Все это были очень тревожные звонки о состоянии Русской группы. Участились случаи увольнения даже офицеров среднего звена. Положение для нечаевцев спасало то, что уходившие из наемников «насовсем и окончательно» офицеры, как это сделал, например, в июле того же года есаул Пастухин, вновь возвращались туда[285], и это происходило с ним несколько раз. Так, записавшись в отряд Нечаева 12 марта 1926 г., он уволился оттуда уже 30 июля того же года. Многократные увольнения и возвращения, фиксированные в документах, ввели в заблуждение некоторых историков. Так, А. В. Окороков пишет об уходе Пастухина, но не пишет, что он позже возвращался в отряд и окончательно уволился лишь в 1928 г.[286] Возвращения бывших наемников в строй были связаны с тем, что «на гражданке» они не могли получить тех денег, которые зарабатывали кровью на китайской службе. То же самое происходило и с дезертирами-солдатами. Покрутившись «на воле» и увидев, что никуда не могут устроиться, они возвращались в свои части, зная, что им угрожает за дезертирство в мирное время наказание в три с половиной года тюрьмы[287].

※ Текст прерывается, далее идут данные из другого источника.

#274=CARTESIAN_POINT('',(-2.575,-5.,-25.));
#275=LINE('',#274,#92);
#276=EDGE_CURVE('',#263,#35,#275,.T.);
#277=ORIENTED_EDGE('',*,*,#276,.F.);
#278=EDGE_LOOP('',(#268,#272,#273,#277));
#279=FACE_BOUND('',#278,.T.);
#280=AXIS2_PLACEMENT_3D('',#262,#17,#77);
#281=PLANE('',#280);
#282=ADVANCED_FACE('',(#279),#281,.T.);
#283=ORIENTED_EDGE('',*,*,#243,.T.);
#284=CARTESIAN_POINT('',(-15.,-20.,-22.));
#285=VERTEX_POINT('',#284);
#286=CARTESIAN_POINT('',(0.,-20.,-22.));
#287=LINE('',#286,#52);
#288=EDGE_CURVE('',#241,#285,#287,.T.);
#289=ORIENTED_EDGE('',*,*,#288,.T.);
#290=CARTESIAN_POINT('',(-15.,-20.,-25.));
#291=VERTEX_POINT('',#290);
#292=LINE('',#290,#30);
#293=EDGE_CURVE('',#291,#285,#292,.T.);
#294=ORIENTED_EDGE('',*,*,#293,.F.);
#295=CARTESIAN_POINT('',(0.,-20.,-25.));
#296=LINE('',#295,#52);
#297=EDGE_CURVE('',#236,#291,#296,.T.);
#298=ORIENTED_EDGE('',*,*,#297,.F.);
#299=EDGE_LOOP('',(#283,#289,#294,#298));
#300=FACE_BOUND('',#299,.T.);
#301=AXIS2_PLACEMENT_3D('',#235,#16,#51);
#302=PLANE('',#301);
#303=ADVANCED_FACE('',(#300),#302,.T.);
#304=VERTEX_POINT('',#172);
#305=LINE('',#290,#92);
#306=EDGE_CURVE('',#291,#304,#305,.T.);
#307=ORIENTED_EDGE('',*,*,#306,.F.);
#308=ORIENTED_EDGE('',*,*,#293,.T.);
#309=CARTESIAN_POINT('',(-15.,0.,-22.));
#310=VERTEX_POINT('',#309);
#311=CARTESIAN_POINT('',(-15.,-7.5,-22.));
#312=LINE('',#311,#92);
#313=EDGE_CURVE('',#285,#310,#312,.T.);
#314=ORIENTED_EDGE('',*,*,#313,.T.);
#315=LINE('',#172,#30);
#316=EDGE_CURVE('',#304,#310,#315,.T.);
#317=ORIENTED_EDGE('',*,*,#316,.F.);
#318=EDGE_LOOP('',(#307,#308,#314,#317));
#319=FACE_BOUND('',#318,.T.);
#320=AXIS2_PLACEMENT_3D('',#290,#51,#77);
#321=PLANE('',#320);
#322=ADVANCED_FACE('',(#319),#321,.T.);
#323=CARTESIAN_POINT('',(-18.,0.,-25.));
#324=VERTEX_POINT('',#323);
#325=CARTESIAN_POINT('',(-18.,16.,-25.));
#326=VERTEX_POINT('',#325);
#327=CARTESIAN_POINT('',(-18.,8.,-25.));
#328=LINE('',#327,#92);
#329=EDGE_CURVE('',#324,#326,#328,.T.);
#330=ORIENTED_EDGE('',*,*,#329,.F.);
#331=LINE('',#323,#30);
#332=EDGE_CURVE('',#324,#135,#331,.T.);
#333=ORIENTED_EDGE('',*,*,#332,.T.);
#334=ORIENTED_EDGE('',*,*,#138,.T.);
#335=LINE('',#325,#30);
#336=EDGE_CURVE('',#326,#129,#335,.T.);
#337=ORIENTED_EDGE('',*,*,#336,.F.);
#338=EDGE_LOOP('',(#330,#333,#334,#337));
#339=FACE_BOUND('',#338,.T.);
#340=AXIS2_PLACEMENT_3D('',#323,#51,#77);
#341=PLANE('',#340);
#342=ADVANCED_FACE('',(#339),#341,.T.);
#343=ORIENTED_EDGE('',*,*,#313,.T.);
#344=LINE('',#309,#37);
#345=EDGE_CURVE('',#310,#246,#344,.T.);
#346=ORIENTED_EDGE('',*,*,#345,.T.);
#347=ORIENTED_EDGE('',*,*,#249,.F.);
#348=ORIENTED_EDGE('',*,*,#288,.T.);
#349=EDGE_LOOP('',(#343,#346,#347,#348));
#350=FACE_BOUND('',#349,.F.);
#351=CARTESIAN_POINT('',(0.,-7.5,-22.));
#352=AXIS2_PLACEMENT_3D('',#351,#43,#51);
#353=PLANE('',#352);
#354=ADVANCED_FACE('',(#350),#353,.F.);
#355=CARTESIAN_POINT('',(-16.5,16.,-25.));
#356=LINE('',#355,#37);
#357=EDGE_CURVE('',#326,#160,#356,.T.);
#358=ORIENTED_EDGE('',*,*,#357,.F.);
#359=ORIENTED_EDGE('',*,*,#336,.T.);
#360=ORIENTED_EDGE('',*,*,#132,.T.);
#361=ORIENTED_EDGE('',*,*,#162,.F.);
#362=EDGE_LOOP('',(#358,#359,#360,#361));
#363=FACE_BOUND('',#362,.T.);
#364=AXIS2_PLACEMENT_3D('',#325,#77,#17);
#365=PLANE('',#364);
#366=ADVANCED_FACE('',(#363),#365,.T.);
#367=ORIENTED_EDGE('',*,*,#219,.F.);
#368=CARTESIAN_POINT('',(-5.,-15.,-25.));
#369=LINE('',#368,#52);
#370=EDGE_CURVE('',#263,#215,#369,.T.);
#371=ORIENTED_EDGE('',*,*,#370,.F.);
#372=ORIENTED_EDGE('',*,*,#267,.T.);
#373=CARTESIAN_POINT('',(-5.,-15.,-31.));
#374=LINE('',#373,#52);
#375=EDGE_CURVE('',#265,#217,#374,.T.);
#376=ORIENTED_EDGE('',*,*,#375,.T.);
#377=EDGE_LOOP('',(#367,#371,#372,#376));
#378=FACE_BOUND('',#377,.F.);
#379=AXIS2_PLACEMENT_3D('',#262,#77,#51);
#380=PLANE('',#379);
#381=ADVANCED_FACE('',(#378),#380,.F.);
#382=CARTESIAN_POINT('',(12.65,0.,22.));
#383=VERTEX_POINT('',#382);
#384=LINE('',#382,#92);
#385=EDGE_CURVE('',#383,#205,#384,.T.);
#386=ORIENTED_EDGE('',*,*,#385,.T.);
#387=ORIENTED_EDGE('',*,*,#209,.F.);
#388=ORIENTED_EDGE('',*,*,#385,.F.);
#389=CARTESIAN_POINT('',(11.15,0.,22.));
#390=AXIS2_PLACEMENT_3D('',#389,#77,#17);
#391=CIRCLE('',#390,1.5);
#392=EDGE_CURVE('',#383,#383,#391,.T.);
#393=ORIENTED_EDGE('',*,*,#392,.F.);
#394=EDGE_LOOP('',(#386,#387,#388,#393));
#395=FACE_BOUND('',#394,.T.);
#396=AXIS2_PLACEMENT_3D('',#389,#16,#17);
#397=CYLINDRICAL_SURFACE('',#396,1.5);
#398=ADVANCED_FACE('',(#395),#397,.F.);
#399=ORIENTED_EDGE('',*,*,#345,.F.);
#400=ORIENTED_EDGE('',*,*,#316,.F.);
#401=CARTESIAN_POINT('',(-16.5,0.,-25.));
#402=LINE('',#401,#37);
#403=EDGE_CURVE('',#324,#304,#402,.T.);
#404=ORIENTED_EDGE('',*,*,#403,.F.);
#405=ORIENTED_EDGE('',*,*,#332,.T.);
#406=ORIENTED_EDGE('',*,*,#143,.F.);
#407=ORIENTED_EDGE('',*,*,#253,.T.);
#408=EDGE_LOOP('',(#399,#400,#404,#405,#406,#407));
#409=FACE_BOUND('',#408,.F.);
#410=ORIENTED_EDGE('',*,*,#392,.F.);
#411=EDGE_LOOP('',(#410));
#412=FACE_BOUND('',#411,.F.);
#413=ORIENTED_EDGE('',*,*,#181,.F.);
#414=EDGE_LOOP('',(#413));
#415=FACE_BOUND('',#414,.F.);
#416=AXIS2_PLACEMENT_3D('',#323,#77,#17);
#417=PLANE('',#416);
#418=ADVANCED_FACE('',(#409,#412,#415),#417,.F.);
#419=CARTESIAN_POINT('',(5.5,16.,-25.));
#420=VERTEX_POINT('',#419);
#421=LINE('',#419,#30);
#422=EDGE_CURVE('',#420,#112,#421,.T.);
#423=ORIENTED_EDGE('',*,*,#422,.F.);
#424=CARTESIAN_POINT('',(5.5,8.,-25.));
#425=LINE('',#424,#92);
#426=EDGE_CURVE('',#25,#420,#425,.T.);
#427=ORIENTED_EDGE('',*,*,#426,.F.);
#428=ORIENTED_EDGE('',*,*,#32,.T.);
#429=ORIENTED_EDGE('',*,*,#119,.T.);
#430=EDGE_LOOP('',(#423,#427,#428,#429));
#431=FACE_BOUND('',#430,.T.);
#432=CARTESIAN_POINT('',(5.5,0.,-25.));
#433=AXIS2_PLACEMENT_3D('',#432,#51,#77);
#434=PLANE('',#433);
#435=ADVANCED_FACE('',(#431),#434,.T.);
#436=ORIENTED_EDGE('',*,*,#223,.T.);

Если учесть начавшиеся задержки жалованья, невыплаты пособий семьям убитых и раненых и постепенно усиливающееся во многом по этой причине дезертирство[288], то станет понятным то, что перед командованием остро встал вопрос разрешения этих проблем, от чего зависел успех дальнейших операций и само существование Северной коалиции.
Долговременные задержки денег, по признанию Чжан Цзучана, были вызваны подготовкой к войне с Гоминьданом. Маршал выступил по этому поводу перед русскими, которые начали роптать, и объяснял то, что они начали голодать, «временными трудностями». Однако отсутствие денег было вызвано и махинациями отдельных русских начальников, слухи о чем были донесены Чжан Цзучану, который назначил по этому поводу комиссию для разбирательства[289].

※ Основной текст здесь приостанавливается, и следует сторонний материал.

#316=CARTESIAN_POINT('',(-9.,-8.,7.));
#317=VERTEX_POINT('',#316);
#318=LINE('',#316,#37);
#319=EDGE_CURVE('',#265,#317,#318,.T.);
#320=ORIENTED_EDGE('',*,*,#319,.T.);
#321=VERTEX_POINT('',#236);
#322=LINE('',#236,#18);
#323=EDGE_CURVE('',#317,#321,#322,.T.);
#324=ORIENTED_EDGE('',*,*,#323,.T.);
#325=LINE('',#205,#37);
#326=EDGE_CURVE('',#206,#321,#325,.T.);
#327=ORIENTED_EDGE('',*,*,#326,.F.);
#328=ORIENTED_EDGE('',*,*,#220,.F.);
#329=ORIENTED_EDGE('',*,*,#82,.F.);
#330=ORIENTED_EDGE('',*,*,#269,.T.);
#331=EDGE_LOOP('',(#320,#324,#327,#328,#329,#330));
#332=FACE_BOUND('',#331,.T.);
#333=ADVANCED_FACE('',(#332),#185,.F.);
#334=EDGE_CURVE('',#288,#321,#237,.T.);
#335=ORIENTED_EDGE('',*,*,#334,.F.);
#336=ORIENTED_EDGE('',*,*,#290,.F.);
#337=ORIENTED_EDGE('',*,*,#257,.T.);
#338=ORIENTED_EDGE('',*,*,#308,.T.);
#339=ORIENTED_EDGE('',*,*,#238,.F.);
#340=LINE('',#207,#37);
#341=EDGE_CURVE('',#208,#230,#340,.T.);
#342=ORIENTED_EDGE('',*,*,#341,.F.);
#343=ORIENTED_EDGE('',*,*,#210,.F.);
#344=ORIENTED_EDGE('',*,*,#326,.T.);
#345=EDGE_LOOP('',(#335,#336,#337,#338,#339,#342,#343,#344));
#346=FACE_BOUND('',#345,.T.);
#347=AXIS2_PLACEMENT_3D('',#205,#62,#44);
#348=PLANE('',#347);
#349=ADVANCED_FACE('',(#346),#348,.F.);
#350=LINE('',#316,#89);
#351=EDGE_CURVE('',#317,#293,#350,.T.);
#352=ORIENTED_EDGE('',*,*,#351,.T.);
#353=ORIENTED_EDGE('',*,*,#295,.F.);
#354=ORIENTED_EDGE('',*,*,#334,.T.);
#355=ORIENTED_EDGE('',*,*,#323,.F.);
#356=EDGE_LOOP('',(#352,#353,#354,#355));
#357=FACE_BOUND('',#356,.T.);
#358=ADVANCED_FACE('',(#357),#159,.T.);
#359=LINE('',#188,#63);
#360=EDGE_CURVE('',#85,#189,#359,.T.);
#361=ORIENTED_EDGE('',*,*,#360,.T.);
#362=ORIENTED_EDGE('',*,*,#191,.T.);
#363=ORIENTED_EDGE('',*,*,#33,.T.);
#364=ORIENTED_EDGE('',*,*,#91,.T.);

Китайские маршалы, продолжая между собой войну, просмотрели новую силу, которая вызрела против них на юге. Уже в мае 1925 г., за полгода до этого, в Китае началась национальная революция. Целью ее было восстановление единства и суверенных прав Китая над своей территорией, а в числе главных врагов этого процесса рисовались «маршалы». Уже тогда на юге Китая началась подготовка к решительной борьбе с ними. При содействии СССР партия Гоминьдан во главе с Чан Кайши стала готовиться к решительной схватке с милитаристами, которые серьезно не рассматривали Гоминьдан и считали Чан Кайши новым «маршалом-выскочкой», а потому продолжили грызню между собой вместо того, чтобы всеми силами обрушиться на него. Примером здесь им мог бы послужить У Пэйфу, неоднократно одерживавший победы над Чан Кайши. Пока Чан Кайши накапливал силы, маршалы тем временем тратили их в ожесточенной борьбе между собой. Накануне столкновения с Гоминьданом маршалы, опомнившись, когда уже было поздно, пытались вместе с Северной коалицией создать военный союз против Гоминьдана, куда вошли Сун Чуанфан и У Пэйфу[290]. Однако если полтора года назад они могли без особого труда покончить с Чан Кайши, то теперь перед ними был мощный противник, борьба против которого обещала быть долгой и кровавой.